Try it | What lines below contain the word "side"? Please pull each one out.

[Provided data — start]

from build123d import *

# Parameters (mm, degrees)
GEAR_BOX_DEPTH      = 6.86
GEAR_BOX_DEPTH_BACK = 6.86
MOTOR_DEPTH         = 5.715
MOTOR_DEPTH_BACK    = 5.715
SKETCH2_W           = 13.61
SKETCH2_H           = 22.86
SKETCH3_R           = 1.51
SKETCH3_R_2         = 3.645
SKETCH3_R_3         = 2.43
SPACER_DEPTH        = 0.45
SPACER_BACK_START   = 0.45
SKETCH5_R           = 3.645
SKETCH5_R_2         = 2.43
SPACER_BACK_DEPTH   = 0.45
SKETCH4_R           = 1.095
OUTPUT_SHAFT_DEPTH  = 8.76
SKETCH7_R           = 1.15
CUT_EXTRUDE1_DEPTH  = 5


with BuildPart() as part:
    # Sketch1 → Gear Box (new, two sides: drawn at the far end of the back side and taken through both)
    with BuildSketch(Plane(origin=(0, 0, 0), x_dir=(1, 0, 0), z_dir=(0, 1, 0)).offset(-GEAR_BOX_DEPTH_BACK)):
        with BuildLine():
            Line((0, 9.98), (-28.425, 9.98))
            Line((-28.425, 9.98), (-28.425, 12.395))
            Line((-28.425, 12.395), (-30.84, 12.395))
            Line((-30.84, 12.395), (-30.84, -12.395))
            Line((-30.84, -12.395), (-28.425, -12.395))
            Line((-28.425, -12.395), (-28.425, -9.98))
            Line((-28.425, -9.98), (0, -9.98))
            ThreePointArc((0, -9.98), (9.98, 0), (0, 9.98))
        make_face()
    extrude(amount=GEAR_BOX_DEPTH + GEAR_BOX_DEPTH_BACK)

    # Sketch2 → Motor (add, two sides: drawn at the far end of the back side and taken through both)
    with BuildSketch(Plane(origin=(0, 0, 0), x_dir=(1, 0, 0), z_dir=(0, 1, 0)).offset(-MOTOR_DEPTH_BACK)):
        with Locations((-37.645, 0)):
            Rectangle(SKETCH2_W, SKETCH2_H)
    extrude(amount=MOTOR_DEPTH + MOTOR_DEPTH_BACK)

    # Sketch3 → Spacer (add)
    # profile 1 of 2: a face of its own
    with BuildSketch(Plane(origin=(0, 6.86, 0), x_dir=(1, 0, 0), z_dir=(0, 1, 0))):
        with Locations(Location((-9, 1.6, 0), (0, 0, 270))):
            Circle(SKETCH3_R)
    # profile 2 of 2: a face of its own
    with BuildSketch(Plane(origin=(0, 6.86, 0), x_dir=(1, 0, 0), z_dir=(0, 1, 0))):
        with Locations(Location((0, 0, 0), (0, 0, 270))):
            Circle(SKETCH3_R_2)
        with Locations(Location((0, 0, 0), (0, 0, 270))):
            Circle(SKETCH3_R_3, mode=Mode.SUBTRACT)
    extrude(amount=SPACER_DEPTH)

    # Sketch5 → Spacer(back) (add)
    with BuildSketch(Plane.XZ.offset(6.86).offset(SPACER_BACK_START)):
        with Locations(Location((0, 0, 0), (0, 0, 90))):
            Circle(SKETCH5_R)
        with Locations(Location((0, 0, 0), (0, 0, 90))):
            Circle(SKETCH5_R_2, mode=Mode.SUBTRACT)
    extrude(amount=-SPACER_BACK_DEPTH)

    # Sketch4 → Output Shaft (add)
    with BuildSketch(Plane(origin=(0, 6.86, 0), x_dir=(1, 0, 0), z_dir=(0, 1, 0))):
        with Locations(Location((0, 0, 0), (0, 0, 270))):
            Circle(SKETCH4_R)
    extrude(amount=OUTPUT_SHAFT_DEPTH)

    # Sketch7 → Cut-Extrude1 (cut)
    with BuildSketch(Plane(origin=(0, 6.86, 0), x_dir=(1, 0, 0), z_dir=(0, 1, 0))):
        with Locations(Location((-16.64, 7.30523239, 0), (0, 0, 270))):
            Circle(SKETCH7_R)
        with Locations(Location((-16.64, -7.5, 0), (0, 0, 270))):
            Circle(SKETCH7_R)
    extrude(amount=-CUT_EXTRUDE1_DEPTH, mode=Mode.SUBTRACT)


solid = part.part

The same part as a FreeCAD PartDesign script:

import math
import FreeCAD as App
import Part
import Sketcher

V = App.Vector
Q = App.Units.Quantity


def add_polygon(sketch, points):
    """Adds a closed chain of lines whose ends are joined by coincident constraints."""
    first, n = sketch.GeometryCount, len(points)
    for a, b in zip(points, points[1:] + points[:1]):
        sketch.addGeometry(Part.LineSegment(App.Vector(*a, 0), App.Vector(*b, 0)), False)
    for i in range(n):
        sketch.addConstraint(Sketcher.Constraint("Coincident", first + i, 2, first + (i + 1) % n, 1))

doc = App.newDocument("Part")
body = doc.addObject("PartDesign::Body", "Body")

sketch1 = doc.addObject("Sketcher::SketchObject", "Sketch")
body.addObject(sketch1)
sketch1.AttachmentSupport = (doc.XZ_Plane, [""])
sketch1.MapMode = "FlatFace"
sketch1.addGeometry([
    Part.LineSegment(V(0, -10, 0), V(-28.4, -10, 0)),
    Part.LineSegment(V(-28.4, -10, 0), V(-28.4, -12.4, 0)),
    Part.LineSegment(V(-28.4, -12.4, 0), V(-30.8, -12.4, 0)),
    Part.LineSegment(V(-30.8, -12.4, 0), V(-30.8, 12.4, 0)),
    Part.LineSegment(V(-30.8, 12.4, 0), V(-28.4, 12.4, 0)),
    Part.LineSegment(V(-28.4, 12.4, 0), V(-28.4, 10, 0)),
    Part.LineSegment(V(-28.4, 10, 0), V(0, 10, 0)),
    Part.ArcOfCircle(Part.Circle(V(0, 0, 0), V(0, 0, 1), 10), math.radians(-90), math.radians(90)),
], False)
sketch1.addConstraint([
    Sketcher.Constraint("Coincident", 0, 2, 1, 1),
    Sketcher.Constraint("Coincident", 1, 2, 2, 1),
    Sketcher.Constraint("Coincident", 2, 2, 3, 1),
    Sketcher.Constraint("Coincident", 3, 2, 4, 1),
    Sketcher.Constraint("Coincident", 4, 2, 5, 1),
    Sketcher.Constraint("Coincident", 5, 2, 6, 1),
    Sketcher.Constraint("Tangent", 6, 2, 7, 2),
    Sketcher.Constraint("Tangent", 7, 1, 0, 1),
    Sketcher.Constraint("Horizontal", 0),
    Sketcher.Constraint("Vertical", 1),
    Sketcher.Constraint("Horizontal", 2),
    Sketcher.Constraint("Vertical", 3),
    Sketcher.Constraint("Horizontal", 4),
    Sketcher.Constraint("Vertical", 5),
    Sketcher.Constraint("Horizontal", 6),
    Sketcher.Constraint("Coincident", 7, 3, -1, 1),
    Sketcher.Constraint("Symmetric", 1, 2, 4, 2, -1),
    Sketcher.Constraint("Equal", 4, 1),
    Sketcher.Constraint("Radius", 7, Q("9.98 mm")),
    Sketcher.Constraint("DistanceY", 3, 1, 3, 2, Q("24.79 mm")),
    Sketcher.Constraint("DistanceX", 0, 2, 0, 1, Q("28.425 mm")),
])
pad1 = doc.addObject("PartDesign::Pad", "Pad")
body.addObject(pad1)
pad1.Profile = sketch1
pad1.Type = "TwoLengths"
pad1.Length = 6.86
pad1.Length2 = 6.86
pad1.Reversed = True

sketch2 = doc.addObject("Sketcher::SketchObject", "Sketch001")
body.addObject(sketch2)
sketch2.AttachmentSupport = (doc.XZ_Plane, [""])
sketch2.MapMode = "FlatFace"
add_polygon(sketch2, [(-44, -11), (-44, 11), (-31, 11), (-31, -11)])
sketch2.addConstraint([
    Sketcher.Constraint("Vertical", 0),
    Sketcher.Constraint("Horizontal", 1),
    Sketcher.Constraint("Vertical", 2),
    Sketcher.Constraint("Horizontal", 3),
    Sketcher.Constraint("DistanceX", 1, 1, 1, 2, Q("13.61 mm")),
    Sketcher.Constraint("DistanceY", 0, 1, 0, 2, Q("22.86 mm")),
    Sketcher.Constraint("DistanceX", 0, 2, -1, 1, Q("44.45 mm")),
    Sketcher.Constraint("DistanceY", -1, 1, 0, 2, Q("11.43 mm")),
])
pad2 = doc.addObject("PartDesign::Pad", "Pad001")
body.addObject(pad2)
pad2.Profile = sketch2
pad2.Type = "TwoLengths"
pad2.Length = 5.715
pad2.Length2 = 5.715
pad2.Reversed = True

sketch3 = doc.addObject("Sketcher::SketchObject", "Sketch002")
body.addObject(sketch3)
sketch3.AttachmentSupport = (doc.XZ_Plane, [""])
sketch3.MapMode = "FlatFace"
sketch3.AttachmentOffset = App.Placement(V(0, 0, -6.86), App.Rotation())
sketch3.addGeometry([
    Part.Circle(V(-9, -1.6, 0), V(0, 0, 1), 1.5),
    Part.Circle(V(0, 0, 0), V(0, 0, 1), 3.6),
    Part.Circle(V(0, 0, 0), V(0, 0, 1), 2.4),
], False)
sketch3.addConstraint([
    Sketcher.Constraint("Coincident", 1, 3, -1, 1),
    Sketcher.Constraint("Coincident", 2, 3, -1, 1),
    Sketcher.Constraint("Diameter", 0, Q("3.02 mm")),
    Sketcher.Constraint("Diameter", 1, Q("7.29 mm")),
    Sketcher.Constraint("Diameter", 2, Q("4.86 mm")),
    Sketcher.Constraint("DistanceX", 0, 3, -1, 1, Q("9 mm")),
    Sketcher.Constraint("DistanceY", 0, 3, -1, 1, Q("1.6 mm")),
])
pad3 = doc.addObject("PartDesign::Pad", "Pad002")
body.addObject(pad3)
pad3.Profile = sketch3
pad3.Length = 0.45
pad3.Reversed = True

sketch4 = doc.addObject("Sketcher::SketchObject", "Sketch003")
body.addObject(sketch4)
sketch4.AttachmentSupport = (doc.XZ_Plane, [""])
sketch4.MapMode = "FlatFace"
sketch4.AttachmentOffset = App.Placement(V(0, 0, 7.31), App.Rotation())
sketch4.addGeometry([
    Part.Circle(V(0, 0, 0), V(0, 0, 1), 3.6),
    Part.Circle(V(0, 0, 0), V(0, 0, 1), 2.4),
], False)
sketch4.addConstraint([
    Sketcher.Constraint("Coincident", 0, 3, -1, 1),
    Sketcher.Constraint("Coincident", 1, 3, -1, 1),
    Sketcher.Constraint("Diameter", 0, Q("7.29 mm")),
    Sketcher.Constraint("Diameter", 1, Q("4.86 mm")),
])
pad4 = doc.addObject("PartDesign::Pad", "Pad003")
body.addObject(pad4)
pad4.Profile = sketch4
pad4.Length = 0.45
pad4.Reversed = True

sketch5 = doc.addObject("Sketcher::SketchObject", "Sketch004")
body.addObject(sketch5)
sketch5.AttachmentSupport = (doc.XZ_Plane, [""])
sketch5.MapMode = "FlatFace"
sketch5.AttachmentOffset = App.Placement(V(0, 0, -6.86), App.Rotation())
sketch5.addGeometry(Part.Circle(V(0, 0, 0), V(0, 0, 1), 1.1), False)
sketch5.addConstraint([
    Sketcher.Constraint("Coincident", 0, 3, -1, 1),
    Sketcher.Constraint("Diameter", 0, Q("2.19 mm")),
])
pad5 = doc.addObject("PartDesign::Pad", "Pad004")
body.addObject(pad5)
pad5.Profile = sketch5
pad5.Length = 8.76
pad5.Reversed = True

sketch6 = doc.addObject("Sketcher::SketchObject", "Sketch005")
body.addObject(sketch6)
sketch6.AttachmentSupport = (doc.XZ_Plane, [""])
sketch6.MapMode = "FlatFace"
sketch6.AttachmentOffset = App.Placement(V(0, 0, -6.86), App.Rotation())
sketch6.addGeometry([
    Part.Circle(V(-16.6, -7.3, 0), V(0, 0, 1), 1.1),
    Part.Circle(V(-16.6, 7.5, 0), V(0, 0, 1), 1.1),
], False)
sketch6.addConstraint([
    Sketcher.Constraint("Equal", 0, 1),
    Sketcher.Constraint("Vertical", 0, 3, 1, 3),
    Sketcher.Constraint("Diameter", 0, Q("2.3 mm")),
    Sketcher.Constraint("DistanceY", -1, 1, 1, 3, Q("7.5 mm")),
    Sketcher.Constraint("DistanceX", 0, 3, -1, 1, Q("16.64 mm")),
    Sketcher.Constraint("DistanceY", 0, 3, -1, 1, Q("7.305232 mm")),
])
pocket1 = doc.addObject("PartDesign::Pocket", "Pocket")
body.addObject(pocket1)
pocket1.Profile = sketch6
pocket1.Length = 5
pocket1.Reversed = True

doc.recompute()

[Provided data — finish]

Finished exercise |
    # Sketch1 → Gear Box (new, two sides: drawn at the far end of the back side and taken through both)
    # Sketch2 → Motor (add, two sides: drawn at the far end of the back side and taken through both)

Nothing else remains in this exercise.